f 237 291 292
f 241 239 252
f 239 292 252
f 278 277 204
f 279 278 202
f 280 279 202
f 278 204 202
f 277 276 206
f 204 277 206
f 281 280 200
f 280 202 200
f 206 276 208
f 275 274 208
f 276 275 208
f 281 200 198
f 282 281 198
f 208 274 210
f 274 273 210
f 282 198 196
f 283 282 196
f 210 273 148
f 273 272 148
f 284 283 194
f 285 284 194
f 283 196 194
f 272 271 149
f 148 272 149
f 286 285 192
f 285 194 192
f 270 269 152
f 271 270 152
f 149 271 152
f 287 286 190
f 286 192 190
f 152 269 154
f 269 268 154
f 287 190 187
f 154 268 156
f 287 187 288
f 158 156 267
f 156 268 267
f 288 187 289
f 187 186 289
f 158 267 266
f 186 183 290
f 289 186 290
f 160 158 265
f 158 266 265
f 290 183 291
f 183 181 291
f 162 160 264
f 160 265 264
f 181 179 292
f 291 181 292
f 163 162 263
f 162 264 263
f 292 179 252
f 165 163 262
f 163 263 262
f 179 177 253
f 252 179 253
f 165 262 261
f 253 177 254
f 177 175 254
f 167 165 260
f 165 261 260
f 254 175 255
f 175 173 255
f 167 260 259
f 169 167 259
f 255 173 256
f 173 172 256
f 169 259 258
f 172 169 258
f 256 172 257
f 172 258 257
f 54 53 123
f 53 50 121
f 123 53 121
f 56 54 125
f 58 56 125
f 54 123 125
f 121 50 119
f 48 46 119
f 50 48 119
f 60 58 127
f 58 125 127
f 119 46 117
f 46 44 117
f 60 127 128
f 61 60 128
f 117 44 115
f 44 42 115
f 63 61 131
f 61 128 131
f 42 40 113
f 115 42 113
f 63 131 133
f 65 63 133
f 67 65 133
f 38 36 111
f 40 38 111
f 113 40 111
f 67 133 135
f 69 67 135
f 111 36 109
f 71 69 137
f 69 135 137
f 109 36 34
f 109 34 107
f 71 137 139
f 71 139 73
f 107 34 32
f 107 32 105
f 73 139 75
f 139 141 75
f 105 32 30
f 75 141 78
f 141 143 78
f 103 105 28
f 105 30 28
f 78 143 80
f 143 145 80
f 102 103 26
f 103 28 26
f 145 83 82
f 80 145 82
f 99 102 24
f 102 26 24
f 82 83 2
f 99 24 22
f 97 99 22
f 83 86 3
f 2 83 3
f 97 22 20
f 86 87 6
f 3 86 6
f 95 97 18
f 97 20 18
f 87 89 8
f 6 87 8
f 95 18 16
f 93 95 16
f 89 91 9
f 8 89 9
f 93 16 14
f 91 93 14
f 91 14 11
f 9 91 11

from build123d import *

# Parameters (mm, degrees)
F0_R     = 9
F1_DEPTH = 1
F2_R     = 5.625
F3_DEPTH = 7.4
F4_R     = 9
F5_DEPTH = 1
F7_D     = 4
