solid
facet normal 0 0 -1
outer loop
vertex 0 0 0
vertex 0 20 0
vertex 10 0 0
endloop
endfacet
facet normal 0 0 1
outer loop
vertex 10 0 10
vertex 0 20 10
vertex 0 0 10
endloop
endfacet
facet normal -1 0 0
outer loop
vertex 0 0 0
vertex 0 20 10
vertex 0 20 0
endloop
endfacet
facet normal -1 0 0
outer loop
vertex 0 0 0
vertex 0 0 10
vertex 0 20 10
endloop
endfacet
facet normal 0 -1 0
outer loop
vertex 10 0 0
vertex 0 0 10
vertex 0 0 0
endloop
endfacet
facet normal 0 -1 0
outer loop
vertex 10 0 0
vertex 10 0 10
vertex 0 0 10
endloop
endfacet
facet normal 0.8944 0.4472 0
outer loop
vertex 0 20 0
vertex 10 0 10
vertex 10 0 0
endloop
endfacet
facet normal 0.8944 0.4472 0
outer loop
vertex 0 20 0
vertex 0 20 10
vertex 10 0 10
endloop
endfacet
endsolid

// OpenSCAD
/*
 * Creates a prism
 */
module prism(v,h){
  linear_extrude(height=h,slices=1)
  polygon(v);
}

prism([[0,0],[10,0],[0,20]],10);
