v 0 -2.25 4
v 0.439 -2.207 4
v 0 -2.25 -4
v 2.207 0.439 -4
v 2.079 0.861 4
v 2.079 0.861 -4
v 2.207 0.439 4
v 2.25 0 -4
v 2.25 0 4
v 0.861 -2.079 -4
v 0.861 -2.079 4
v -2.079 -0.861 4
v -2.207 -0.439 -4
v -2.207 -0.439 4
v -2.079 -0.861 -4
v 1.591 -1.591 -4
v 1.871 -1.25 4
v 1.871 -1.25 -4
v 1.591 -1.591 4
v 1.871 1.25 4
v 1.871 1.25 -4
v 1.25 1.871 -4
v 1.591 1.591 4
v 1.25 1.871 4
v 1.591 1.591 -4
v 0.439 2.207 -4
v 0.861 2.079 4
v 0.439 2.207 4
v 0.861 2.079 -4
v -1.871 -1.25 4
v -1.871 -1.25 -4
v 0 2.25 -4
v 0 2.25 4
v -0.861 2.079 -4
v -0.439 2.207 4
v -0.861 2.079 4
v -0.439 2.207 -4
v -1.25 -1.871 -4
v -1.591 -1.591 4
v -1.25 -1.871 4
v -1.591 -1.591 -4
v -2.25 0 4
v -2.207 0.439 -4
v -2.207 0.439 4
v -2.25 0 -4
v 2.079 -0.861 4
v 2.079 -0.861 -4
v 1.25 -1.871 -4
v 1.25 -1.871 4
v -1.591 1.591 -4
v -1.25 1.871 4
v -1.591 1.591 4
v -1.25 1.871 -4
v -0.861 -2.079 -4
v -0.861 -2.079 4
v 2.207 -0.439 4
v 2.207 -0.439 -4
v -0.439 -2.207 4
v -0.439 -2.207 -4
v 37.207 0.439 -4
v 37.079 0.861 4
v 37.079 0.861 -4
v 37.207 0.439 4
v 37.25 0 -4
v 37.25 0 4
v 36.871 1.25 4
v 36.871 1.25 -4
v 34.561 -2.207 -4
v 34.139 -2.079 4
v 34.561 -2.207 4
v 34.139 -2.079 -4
# # # # #
• WHAT THE EXERCISE ASKS: Retype the records above in full, with no differences.

• EXPECTED ANSWER:
f 237 291 292
f 241 239 252
f 239 292 252
f 278 277 204
f 279 278 202
f 280 279 202
f 278 204 202
f 277 276 206
f 204 277 206
f 281 280 200
f 280 202 200
f 206 276 208
f 275 274 208
f 276 275 208
f 281 200 198
f 282 281 198
f 208 274 210
f 274 273 210
f 282 198 196
f 283 282 196
f 210 273 148
f 273 272 148
f 284 283 194
f 285 284 194
f 283 196 194
f 272 271 149
f 148 272 149
f 286 285 192
f 285 194 192
f 270 269 152
f 271 270 152
f 149 271 152
f 287 286 190
f 286 192 190
f 152 269 154
f 269 268 154
f 287 190 187
f 154 268 156
f 287 187 288
f 158 156 267
f 156 268 267
f 288 187 289
f 187 186 289
f 158 267 266
f 186 183 290
f 289 186 290
f 160 158 265
f 158 266 265
f 290 183 291
f 183 181 291
f 162 160 264
f 160 265 264
f 181 179 292
f 291 181 292
f 163 162 263
f 162 264 263
f 292 179 252
f 165 163 262
f 163 263 262
f 179 177 253
f 252 179 253
f 165 262 261
f 253 177 254
f 177 175 254
f 167 165 260
f 165 261 260
f 254 175 255
f 175 173 255
f 167 260 259
f 169 167 259
f 255 173 256
f 173 172 256
f 169 259 258
f 172 169 258
f 256 172 257
f 172 258 257
f 54 53 123
f 53 50 121
f 123 53 121
f 56 54 125
f 58 56 125
f 54 123 125
f 121 50 119
f 48 46 119
f 50 48 119
f 60 58 127
f 58 125 127
f 119 46 117
f 46 44 117
f 60 127 128
f 61 60 128
f 117 44 115
f 44 42 115
f 63 61 131
f 61 128 131
f 42 40 113
f 115 42 113
f 63 131 133
f 65 63 133
f 67 65 133
f 38 36 111
f 40 38 111
f 113 40 111
f 67 133 135
f 69 67 135
f 111 36 109
f 71 69 137
f 69 135 137
f 109 36 34
f 109 34 107
f 71 137 139
f 71 139 73
f 107 34 32
f 107 32 105
f 73 139 75
f 139 141 75
f 105 32 30
f 75 141 78
f 141 143 78
f 103 105 28
f 105 30 28
f 78 143 80
f 143 145 80
f 102 103 26
f 103 28 26
f 145 83 82
f 80 145 82
f 99 102 24
f 102 26 24
f 82 83 2
f 99 24 22
f 97 99 22
f 83 86 3
f 2 83 3
f 97 22 20
f 86 87 6
f 3 86 6
f 95 97 18
f 97 20 18
f 87 89 8
f 6 87 8
f 95 18 16
f 93 95 16
f 89 91 9
f 8 89 9
f 93 16 14
f 91 93 14
f 91 14 11
f 9 91 11

from build123d import *

# Parameters (mm, degrees)
F0_R     = 9
F1_DEPTH = 1
F2_R     = 5.625
F3_DEPTH = 7.4
F4_R     = 9
F5_DEPTH = 1
F7_D     = 4
solid
facet normal 0 0 -1
outer loop
vertex 0 0 0
vertex 0 20 0
vertex 10 0 0
endloop
endfacet
facet normal 0 0 1
outer loop
vertex 10 0 10
vertex 0 20 10
vertex 0 0 10
endloop
endfacet
facet normal -1 0 0
outer loop
vertex 0 0 0
vertex 0 20 10
vertex 0 20 0
endloop
endfacet
facet normal -1 0 0
outer loop
vertex 0 0 0
vertex 0 0 10
vertex 0 20 10
endloop
endfacet
facet normal 0 -1 0
outer loop
vertex 10 0 0
vertex 0 0 10
vertex 0 0 0
endloop
endfacet
facet normal 0 -1 0
outer loop
vertex 10 0 0
vertex 10 0 10
vertex 0 0 10
endloop
endfacet
facet normal 0.8944 0.4472 0
outer loop
vertex 0 20 0
vertex 10 0 10
vertex 10 0 0
endloop
endfacet
facet normal 0.8944 0.4472 0
outer loop
vertex 0 20 0
vertex 0 20 10
vertex 10 0 10
endloop
endfacet
endsolid

// OpenSCAD
/*
 * Creates a prism
 */
module prism(v,h){
  linear_extrude(height=h,slices=1)
  polygon(v);
}

prism([[0,0],[10,0],[0,20]],10);
v 0 -2.25 4
v 0.439 -2.207 4
v 0 -2.25 -4
v 2.207 0.439 -4
v 2.079 0.861 4
v 2.079 0.861 -4
v 2.207 0.439 4
v 2.25 0 -4
v 2.25 0 4
v 0.861 -2.079 -4
v 0.861 -2.079 4
v -2.079 -0.861 4
v -2.207 -0.439 -4
v -2.207 -0.439 4
v -2.079 -0.861 -4
v 1.591 -1.591 -4
v 1.871 -1.25 4
v 1.871 -1.25 -4
v 1.591 -1.591 4
v 1.871 1.25 4
v 1.871 1.25 -4
v 1.25 1.871 -4
v 1.591 1.591 4
v 1.25 1.871 4
v 1.591 1.591 -4
v 0.439 2.207 -4
v 0.861 2.079 4
v 0.439 2.207 4
v 0.861 2.079 -4
v -1.871 -1.25 4
v -1.871 -1.25 -4
v 0 2.25 -4
v 0 2.25 4
v -0.861 2.079 -4
v -0.439 2.207 4
v -0.861 2.079 4
v -0.439 2.207 -4
v -1.25 -1.871 -4
v -1.591 -1.591 4
v -1.25 -1.871 4
v -1.591 -1.591 -4
v -2.25 0 4
v -2.207 0.439 -4
v -2.207 0.439 4
v -2.25 0 -4
v 2.079 -0.861 4
v 2.079 -0.861 -4
v 1.25 -1.871 -4
v 1.25 -1.871 4
v -1.591 1.591 -4
v -1.25 1.871 4
v -1.591 1.591 4
v -1.25 1.871 -4
v -0.861 -2.079 -4
v -0.861 -2.079 4
v 2.207 -0.439 4
v 2.207 -0.439 -4
v -0.439 -2.207 4
v -0.439 -2.207 -4
v 37.207 0.439 -4
v 37.079 0.861 4
v 37.079 0.861 -4
v 37.207 0.439 4
v 37.25 0 -4
v 37.25 0 4
v 36.871 1.25 4
v 36.871 1.25 -4
v 34.561 -2.207 -4
v 34.139 -2.079 4
v 34.561 -2.207 4
v 34.139 -2.079 -4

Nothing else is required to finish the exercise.